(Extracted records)
☆ ☆ ☆
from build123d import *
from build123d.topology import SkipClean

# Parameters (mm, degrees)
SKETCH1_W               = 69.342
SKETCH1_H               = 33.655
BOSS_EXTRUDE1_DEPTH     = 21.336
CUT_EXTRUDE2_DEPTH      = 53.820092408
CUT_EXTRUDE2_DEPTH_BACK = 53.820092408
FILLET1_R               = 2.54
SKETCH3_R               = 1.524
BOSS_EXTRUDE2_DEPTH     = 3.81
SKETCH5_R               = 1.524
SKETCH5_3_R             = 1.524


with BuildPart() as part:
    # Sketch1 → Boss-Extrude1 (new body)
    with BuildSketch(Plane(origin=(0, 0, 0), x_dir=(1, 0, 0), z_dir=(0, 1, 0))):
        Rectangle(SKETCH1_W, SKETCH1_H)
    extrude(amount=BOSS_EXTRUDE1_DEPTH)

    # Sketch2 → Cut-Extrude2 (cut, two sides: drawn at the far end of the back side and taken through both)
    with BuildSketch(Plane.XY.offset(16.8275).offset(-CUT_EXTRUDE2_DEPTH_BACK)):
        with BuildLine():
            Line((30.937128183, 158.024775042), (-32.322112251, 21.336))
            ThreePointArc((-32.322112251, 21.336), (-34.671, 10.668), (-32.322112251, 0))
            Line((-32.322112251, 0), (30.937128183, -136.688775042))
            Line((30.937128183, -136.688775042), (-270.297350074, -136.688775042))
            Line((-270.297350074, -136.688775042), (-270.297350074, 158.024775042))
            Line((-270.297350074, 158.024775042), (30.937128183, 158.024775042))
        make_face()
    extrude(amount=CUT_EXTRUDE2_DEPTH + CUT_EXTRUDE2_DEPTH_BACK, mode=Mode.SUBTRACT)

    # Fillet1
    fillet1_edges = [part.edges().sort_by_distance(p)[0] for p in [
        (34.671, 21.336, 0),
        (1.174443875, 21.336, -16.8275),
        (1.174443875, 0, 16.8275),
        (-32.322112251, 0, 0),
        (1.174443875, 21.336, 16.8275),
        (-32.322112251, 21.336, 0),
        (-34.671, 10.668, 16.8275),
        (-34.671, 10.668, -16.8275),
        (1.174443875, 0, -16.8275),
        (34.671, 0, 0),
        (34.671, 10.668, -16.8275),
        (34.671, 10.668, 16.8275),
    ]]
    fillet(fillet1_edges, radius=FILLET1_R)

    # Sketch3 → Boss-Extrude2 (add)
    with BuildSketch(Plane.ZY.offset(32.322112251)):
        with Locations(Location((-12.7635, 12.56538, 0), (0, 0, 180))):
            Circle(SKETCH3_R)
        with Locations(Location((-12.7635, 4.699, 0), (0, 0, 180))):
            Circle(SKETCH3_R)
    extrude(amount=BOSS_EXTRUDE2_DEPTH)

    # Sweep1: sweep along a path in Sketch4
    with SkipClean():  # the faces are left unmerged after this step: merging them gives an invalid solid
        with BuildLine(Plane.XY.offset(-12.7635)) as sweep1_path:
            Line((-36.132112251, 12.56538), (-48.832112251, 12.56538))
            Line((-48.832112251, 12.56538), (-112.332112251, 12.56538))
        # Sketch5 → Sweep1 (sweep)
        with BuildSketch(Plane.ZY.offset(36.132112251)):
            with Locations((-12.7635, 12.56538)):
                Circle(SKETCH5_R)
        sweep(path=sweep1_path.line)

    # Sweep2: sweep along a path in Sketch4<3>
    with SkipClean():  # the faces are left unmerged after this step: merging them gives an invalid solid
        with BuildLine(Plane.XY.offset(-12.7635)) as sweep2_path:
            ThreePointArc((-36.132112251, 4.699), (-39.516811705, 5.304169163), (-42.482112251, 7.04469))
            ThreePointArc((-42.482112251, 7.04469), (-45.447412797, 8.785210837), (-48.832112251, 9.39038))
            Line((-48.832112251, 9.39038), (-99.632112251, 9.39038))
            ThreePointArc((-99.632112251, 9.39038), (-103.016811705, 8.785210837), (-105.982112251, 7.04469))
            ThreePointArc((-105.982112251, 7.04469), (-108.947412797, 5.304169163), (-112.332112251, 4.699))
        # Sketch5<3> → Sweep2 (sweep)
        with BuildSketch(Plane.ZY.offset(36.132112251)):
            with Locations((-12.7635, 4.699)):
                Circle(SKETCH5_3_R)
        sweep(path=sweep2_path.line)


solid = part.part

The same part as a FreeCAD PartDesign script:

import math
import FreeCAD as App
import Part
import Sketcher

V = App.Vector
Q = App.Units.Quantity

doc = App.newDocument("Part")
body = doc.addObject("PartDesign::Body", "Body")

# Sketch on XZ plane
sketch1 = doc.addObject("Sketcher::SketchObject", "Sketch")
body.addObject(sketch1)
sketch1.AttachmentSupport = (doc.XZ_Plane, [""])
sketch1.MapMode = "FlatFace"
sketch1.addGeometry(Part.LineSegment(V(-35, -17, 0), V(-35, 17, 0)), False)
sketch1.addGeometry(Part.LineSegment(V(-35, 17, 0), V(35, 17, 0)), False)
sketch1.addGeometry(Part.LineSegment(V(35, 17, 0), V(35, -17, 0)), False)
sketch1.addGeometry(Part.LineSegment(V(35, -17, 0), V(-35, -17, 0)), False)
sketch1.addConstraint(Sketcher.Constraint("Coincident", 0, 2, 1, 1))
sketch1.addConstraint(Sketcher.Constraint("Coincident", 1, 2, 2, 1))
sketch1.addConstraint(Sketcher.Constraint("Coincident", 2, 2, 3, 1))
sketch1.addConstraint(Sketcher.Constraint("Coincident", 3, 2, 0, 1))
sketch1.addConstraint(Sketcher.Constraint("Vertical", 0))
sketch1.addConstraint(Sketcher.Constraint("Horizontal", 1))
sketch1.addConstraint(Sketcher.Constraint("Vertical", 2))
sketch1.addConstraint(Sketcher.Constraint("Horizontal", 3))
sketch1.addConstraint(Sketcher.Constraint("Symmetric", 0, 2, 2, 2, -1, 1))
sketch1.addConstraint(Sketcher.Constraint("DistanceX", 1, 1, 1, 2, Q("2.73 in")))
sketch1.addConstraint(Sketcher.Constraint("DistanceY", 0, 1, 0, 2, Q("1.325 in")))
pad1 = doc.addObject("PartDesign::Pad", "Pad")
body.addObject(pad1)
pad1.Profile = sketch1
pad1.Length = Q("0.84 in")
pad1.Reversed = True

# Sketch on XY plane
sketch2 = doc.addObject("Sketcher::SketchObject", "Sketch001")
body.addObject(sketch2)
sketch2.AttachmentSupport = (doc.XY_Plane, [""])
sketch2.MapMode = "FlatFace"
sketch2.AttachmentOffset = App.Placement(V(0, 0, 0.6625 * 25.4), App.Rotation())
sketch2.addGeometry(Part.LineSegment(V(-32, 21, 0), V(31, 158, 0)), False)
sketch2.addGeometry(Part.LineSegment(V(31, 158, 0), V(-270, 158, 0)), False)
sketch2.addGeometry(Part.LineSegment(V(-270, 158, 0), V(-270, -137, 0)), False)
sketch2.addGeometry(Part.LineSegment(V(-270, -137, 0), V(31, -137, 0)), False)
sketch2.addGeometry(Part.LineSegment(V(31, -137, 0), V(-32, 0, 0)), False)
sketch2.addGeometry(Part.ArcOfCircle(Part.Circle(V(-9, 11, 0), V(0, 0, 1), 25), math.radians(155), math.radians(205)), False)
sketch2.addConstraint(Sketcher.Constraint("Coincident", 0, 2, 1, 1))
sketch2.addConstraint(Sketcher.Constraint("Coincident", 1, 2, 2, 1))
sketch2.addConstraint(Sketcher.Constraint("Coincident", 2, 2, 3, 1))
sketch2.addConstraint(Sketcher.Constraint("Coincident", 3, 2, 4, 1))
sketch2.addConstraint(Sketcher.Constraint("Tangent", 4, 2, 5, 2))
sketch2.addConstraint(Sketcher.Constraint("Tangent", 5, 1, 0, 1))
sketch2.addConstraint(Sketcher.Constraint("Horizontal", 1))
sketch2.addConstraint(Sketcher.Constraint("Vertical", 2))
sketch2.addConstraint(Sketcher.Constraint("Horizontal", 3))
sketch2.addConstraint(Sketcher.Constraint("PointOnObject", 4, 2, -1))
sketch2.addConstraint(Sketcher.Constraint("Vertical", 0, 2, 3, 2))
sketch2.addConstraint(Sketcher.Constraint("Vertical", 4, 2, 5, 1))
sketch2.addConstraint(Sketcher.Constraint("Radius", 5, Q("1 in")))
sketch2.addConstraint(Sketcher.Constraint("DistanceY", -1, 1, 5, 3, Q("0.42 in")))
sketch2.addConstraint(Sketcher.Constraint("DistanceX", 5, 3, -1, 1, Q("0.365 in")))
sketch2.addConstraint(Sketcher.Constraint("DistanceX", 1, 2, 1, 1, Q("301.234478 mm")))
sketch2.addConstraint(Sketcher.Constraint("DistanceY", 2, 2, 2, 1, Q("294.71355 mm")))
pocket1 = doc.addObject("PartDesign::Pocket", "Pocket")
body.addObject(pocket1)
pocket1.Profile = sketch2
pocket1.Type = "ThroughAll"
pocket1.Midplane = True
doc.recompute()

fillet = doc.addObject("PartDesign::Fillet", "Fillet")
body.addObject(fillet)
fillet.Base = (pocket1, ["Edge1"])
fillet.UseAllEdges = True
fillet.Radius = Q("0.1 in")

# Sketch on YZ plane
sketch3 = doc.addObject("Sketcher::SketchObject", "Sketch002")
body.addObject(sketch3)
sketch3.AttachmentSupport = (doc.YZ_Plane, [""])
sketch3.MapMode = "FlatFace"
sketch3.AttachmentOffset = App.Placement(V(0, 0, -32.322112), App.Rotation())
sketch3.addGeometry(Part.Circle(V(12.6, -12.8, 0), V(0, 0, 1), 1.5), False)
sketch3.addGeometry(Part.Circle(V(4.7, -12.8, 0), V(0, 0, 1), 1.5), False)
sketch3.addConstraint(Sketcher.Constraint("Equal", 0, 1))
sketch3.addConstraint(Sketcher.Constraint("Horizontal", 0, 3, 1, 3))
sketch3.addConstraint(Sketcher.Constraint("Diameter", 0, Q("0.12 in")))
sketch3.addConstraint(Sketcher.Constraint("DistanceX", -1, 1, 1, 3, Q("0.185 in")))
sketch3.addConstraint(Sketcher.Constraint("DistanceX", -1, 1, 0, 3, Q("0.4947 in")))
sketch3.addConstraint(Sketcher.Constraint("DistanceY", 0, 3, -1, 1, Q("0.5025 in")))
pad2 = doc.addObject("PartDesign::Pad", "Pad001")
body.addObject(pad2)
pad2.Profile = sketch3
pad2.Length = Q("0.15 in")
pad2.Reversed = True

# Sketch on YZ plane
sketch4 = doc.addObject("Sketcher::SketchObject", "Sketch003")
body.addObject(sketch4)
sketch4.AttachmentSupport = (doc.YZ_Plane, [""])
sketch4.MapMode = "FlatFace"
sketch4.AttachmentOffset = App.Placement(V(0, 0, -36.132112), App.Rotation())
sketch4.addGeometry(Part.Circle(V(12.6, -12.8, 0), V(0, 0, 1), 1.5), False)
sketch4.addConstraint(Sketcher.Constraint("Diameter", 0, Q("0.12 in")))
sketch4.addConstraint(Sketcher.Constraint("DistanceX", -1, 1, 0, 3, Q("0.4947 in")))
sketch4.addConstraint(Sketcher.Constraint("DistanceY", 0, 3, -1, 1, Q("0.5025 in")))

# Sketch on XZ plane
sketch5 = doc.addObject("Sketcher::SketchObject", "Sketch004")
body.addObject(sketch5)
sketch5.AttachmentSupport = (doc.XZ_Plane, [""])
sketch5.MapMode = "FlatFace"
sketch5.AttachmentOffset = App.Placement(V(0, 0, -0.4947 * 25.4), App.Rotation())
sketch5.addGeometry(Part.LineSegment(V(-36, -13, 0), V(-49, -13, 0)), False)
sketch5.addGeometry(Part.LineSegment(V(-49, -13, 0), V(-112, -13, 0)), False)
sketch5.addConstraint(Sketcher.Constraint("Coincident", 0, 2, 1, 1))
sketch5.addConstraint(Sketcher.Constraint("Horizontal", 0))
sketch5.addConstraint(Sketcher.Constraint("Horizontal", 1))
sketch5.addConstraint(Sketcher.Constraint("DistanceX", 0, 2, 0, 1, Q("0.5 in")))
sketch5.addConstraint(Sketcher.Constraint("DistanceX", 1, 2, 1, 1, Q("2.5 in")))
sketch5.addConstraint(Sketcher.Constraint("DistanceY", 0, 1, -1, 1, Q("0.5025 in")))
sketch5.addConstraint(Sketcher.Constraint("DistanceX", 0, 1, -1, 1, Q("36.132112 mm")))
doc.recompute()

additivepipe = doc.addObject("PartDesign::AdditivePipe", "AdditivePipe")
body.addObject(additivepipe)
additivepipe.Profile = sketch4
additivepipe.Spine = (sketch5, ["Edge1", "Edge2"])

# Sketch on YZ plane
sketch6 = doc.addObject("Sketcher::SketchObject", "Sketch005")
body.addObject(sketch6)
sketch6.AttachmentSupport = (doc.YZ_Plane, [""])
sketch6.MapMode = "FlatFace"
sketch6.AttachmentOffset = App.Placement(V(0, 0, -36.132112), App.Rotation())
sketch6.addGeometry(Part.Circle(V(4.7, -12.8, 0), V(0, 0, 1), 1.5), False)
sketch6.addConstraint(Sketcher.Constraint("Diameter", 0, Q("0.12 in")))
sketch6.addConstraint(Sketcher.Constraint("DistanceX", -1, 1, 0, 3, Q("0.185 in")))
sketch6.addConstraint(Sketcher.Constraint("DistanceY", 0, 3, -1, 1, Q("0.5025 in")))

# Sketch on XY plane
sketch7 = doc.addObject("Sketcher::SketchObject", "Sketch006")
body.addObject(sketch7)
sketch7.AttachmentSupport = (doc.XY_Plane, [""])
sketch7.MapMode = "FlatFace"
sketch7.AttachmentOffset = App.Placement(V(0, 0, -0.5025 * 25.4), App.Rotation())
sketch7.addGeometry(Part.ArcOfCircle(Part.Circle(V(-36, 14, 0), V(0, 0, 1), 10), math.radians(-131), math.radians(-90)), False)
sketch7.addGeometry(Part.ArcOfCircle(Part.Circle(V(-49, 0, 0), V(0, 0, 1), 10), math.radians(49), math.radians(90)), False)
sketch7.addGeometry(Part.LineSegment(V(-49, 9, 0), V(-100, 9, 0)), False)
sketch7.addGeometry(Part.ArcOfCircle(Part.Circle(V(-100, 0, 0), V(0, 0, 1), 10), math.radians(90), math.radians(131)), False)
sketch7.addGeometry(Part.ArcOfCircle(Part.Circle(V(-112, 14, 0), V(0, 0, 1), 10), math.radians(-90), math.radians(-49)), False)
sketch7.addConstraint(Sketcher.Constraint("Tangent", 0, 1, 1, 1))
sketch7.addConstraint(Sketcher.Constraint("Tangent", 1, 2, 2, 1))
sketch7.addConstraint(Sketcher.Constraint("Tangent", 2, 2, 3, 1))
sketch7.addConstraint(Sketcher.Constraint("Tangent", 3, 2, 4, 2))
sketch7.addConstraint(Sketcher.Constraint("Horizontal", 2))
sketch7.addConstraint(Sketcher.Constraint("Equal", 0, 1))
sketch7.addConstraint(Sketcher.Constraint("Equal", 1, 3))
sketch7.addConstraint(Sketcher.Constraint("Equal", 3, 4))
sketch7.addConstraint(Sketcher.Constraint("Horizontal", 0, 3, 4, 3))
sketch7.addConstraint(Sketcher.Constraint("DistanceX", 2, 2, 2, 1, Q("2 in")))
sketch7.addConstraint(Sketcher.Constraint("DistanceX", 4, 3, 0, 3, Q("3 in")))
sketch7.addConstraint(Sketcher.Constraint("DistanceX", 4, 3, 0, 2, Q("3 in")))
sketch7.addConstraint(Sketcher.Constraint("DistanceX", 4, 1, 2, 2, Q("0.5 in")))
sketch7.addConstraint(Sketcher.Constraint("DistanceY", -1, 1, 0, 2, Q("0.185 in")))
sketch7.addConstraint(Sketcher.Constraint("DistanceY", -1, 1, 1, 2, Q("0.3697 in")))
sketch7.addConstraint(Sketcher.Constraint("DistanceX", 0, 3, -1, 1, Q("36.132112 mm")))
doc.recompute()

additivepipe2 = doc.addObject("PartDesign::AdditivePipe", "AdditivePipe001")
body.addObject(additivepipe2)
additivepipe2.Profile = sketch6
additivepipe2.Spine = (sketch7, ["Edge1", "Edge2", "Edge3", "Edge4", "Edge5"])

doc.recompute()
☆ ☆ ☆
**Goal of the exercise**
Find each line in the records that contains the string "from", then say how many there are and nothing else.

**Written answer**
2